As exportações brasileiras para a União Europeia passaram a enfrentar uma nova camada de pressão regulatória após técnicos do próprio governo alertarem sobre falhas sanitárias envolvendo agrotóxicos e antibióticos usados no agronegócio nacional. O diagnóstico ampliou a preocupação dentro do Ministério da Agricultura e Pecuária (Mapa).
O problema ganhou dimensão maior porque as exigências europeias deixaram de atingir apenas casos isolados. A União Europeia começou a elevar barreiras sanitárias em diferentes segmentos do agro brasileiro, criando risco crescente para carnes, grãos, frutas e outros produtos exportados pelo país.
O impacto vai além da relação diplomática entre Brasil e Europa. O endurecimento regulatório aumenta custos de adaptação, pressiona cadeias exportadoras e amplia a insegurança sobre o acesso brasileiro a mercados considerados mais rentáveis.
União Europeia amplia barreiras sanitárias contra produtos brasileiros
O alerta mais recente recebido pelo Mapa aponta o uso de 147 substâncias autorizadas no Brasil, mas proibidas pela União Europeia. O levantamento também identificou 306 casos em que resíduos químicos encontrados em produtos brasileiros superavam os limites aceitos pelos europeus.
A avaliação foi produzida por servidores brasileiros ligados às embaixadas na Europa, usando dados da Autoridade Europeia de Segurança Alimentar (EFSA) e da Agência Nacional de Vigilância Sanitária (Anvisa).
Na prática, o relatório mostrou que parte da produção agrícola brasileira opera hoje dentro de parâmetros aceitos internamente, mas incompatíveis com as regras sanitárias europeias.
O problema se agravou porque o bloco europeu passou a trabalhar com níveis de tolerância próximos de zero para determinados resíduos químicos. Em alguns casos, a simples detecção laboratorial já pode gerar restrições comerciais.
A União Europeia anunciou neste mês a retirada do Brasil da lista de países alinhados às regras europeias sobre antibióticos usados na pecuária. A decisão pode bloquear compras de carne brasileira a partir de setembro caso o impasse não seja resolvido.
Alertas internos enfraquecem discurso de surpresa do governo
O ponto mais sensível para o governo surgiu dentro do próprio Ministério da Agricultura.
Documentos técnicos revelaram que áreas internas do Mapa já apontavam fragilidades sanitárias antes mesmo das restrições anunciadas pela União Europeia.
Um parecer concluído em 1º de abril afirmou que o sistema brasileiro de controle sobre antibióticos era “insuficiente” para atender às exigências europeias.
Os técnicos destacaram que o modelo brasileiro depende fortemente de:
- autocontrole das empresas;
- autodeclaração de produtores;
- registros feitos pela própria cadeia produtiva;
- baixa fiscalização independente em propriedades rurais.
O diagnóstico aumentou desgaste interno porque o governo afirmou ter sido surpreendido pelas medidas europeias anunciadas posteriormente.
Os próprios técnicos do ministério chegaram a sugerir adoção de mecanismos usados por países como Portugal e Estados Unidos para ampliar rastreabilidade e fiscalização sanitária.
Mesmo após publicar novas portarias sobre antimicrobianos, o governo abriu prazo de 180 dias para uso de estoques existentes.
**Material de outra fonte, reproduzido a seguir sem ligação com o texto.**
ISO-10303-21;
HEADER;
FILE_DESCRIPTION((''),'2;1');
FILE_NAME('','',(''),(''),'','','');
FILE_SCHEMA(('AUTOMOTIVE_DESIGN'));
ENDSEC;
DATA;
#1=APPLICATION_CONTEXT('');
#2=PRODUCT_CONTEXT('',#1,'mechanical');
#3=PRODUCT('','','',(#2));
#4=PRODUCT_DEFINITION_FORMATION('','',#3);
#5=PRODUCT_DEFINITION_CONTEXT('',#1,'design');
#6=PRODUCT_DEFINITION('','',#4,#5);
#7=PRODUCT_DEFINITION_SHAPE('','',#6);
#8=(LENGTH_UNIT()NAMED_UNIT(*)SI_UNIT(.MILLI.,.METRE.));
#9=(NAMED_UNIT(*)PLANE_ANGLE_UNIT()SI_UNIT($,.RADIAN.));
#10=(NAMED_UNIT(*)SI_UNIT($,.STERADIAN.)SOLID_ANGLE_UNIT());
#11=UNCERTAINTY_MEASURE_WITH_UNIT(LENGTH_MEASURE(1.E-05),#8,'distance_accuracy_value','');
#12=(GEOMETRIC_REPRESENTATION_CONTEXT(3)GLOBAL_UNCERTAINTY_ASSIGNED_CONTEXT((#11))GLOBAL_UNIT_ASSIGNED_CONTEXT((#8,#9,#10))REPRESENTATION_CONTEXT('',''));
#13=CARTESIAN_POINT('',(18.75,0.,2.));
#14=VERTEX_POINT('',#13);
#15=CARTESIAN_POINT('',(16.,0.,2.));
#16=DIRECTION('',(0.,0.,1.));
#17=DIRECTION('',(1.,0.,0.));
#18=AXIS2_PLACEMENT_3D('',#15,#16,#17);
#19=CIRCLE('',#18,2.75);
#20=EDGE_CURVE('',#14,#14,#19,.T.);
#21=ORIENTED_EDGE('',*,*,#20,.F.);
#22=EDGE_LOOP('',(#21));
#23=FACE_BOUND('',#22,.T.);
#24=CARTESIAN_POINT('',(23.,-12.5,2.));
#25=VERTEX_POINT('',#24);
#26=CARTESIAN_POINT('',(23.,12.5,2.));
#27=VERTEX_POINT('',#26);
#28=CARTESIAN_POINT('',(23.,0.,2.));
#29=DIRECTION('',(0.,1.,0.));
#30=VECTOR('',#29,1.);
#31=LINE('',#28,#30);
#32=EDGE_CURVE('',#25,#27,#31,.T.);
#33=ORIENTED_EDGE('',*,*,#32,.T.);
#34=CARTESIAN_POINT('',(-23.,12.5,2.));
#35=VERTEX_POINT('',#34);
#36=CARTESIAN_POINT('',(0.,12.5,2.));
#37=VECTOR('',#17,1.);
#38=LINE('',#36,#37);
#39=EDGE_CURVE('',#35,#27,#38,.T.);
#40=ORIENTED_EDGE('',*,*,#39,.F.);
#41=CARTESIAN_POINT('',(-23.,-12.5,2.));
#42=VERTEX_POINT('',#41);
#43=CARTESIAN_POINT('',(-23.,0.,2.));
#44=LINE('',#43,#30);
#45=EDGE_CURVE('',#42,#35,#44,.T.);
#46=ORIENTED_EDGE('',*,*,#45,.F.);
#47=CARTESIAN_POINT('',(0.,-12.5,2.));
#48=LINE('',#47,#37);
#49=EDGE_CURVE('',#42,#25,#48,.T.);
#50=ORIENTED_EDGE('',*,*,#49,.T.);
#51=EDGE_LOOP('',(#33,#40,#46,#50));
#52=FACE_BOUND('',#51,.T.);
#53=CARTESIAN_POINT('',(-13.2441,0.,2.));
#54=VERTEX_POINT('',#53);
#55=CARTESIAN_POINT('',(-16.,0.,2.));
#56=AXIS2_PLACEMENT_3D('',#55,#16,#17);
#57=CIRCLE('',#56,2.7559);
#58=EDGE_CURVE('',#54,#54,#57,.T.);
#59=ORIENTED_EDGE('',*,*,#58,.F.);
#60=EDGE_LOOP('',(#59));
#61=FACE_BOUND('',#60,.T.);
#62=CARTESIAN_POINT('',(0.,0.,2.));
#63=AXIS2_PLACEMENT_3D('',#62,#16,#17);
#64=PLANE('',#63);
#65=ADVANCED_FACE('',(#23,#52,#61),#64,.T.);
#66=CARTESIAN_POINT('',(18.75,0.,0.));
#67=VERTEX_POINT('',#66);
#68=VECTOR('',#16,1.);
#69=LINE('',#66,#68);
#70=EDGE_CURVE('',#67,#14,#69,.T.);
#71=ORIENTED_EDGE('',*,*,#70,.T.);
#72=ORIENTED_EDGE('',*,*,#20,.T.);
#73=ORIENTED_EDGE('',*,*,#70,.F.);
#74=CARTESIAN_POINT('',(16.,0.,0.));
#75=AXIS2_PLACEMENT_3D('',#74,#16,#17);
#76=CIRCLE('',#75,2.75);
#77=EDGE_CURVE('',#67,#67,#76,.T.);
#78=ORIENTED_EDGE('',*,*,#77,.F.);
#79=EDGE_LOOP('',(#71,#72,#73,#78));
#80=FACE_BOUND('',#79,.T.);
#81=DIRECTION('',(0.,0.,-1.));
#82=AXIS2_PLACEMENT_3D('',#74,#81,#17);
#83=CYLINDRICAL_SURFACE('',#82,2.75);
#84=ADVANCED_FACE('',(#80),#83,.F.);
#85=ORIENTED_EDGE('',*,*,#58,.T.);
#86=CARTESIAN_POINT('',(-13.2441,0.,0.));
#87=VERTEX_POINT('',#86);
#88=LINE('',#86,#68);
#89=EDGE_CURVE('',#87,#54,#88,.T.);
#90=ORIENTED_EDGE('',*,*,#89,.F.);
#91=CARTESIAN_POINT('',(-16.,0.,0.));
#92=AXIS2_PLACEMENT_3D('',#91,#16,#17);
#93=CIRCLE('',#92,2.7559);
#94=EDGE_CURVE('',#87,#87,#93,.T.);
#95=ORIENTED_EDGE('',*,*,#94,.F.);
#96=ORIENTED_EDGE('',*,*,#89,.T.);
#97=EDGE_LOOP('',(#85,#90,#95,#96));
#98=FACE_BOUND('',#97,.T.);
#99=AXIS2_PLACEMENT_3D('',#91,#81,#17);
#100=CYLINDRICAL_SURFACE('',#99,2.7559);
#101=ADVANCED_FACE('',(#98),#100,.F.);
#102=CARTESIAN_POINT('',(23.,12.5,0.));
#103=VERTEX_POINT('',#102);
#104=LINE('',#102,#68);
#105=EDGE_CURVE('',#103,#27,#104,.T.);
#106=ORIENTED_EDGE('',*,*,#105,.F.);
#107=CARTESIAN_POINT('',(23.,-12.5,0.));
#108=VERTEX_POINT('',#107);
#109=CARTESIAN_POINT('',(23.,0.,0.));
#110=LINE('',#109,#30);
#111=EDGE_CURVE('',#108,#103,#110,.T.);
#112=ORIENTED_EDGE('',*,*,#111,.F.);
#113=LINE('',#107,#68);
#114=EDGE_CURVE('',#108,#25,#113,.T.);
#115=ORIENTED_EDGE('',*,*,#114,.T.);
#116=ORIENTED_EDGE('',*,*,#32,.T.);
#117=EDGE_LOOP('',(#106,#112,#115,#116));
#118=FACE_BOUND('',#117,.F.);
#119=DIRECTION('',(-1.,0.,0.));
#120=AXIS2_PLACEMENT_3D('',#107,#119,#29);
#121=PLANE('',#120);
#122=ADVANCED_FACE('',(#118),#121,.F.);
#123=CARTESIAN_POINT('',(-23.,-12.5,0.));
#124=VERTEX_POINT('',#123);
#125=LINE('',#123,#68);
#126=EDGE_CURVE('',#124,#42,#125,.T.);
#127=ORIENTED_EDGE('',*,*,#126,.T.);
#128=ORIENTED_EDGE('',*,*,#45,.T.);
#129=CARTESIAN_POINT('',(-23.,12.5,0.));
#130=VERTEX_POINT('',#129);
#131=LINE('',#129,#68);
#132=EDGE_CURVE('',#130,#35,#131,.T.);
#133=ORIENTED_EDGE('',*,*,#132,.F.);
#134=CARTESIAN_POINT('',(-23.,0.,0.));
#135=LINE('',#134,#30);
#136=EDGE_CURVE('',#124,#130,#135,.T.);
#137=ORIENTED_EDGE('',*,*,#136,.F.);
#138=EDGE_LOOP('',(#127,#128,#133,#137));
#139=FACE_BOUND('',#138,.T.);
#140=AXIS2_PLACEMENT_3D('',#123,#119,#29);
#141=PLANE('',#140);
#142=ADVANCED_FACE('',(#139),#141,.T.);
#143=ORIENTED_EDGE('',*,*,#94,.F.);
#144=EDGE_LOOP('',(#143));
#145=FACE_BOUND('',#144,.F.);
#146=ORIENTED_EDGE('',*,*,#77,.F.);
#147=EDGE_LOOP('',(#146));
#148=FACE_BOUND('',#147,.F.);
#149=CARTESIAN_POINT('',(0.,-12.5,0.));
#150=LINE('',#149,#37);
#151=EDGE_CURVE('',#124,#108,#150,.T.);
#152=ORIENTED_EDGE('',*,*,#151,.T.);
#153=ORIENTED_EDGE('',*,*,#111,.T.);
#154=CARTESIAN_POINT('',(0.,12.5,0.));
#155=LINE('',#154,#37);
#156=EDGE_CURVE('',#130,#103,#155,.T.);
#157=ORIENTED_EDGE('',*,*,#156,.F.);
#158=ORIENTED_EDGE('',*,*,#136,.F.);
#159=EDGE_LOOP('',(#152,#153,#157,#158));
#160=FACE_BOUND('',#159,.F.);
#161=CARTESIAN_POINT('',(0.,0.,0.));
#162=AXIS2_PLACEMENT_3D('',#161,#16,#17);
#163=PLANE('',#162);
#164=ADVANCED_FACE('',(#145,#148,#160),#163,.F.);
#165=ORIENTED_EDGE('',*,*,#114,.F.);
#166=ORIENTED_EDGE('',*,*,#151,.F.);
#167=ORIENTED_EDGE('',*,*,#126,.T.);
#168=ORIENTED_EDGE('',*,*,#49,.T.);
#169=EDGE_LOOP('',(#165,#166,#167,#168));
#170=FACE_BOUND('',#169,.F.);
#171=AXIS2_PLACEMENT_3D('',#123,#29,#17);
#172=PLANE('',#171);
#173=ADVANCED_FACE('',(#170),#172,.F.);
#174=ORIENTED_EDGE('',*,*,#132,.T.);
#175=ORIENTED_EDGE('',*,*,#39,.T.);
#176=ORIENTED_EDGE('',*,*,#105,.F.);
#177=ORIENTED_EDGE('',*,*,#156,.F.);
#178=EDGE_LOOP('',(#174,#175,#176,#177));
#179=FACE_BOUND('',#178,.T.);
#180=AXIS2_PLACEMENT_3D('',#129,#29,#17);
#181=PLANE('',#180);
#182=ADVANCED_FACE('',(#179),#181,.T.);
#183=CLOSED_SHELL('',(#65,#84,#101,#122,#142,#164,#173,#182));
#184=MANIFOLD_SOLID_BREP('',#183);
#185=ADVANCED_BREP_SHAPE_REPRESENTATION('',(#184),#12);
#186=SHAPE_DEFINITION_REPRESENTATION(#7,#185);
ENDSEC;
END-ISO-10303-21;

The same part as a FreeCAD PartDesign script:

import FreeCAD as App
import Part
import Sketcher
Q = App.Units.Quantity


def add_polygon(sketch, points):
    """Adds a closed chain of lines whose ends are joined by coincident constraints."""
    first, n = sketch.GeometryCount, len(points)
    for a, b in zip(points, points[1:] + points[:1]):
        sketch.addGeometry(Part.LineSegment(App.Vector(*a, 0), App.Vector(*b, 0)), False)
    for i in range(n):
        sketch.addConstraint(Sketcher.Constraint("Coincident", first + i, 2, first + (i + 1) % n, 1))

doc = App.newDocument("Part")
params = doc.addObject("Spreadsheet::Sheet", "Params")
for row, (alias, value) in enumerate([
    ("sketch1_diameter", "5.5 mm"),
    ("sketch1_width", "46 mm"),
    ("sketch1_height", "25 mm"),
    ("pad1_length", "2 mm"),
], start=1):
    params.set(f"A{row}", alias)
    params.set(f"B{row}", "=" + value)
    params.setAlias(f"B{row}", alias)

body = doc.addObject("PartDesign::Body", "Body")

# Sketch on XY plane
sketch1 = body.newObject("Sketcher::SketchObject", "Sketch")
sketch1.AttachmentSupport = (doc.getObject("XY_Plane"), [""])
sketch1.MapMode = "FlatFace"
add_polygon(sketch1, [(-23, 12.5), (-23, -12.5), (23, -12.5), (23, 12.5)])  # lines 0-3
sketch1.addGeometry(Part.Circle(App.Vector(-16, 0, 0), App.Vector(0, 0, 1), 2.7559), False)  # 4
sketch1.addGeometry(Part.Circle(App.Vector(16, 0, 0), App.Vector(0, 0, 1), 2.75), False)  # 5
sketch1.addConstraint([
    Sketcher.Constraint("Vertical", 0),
    Sketcher.Constraint("Horizontal", 1),
    Sketcher.Constraint("Vertical", 2),
    Sketcher.Constraint("Horizontal", 3),
    Sketcher.Constraint("Symmetric", 4, 3, 5, 3, -1, 1),
    Sketcher.Constraint("Symmetric", 0, 2, 2, 2, -1, 1),
    Sketcher.Constraint("PointOnObject", 4, 3, -1),
    Sketcher.Constraint("Diameter", 5, Q("5.5 mm")),
    Sketcher.Constraint("DistanceX", 1, 1, 1, 2, Q("46 mm")),
    Sketcher.Constraint("DistanceY", 0, 2, 0, 1, Q("25 mm")),
    Sketcher.Constraint("DistanceX", 4, 3, -1, 1, Q("16 mm")),
    Sketcher.Constraint("Diameter", 4, Q("5.5118 mm")),
])
sketch1.setExpression("Constraints[11]", "Params.sketch1_diameter")
sketch1.setExpression("Constraints[12]", "Params.sketch1_width")
sketch1.setExpression("Constraints[13]", "Params.sketch1_height")
pad1 = body.newObject("PartDesign::Pad", "Pad")
pad1.Profile = sketch1
pad1.setExpression("Length", "Params.pad1_length")

doc.recompute()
A decisão extrapolou o limite definido pela União Europeia, previsto para setembro.
Barreiras sanitárias viram instrumento de disputa comercial
A pressão europeia ocorre num momento em que produtores locais ampliam críticas contra a concorrência do agronegócio brasileiro, com direito à investigação a empresas brasileiras no exterior. Em vários países, regras sanitárias passaram a funcionar também como barreira econômica para reduzir a entrada de produtos mais competitivos vindos de fora.
O impacto vai além do embate diplomático. Exportadores brasileiros podem enfrentar aumento de custo, exigências sanitárias mais rígidas e risco maior de restrições comerciais justamente em setores dependentes do mercado europeu, como carnes, frutas e alimentos processados.
União Europeia eleva exigência e pressiona adaptação das exportações do agro brasileiro
O avanço das restrições mostra que competitividade agrícola já não basta para garantir espaço na Europa. O acesso ao bloco passou a depender também da capacidade de atender padrões sanitários cada vez mais rígidos.
Hoje, os agrotóxicos proibidos na Europa deixaram de representar apenas um problema regulatório. O tema passou a atingir diretamente a capacidade de adaptação do agro brasileiro num dos mercados mais exigentes e rentáveis do comércio global.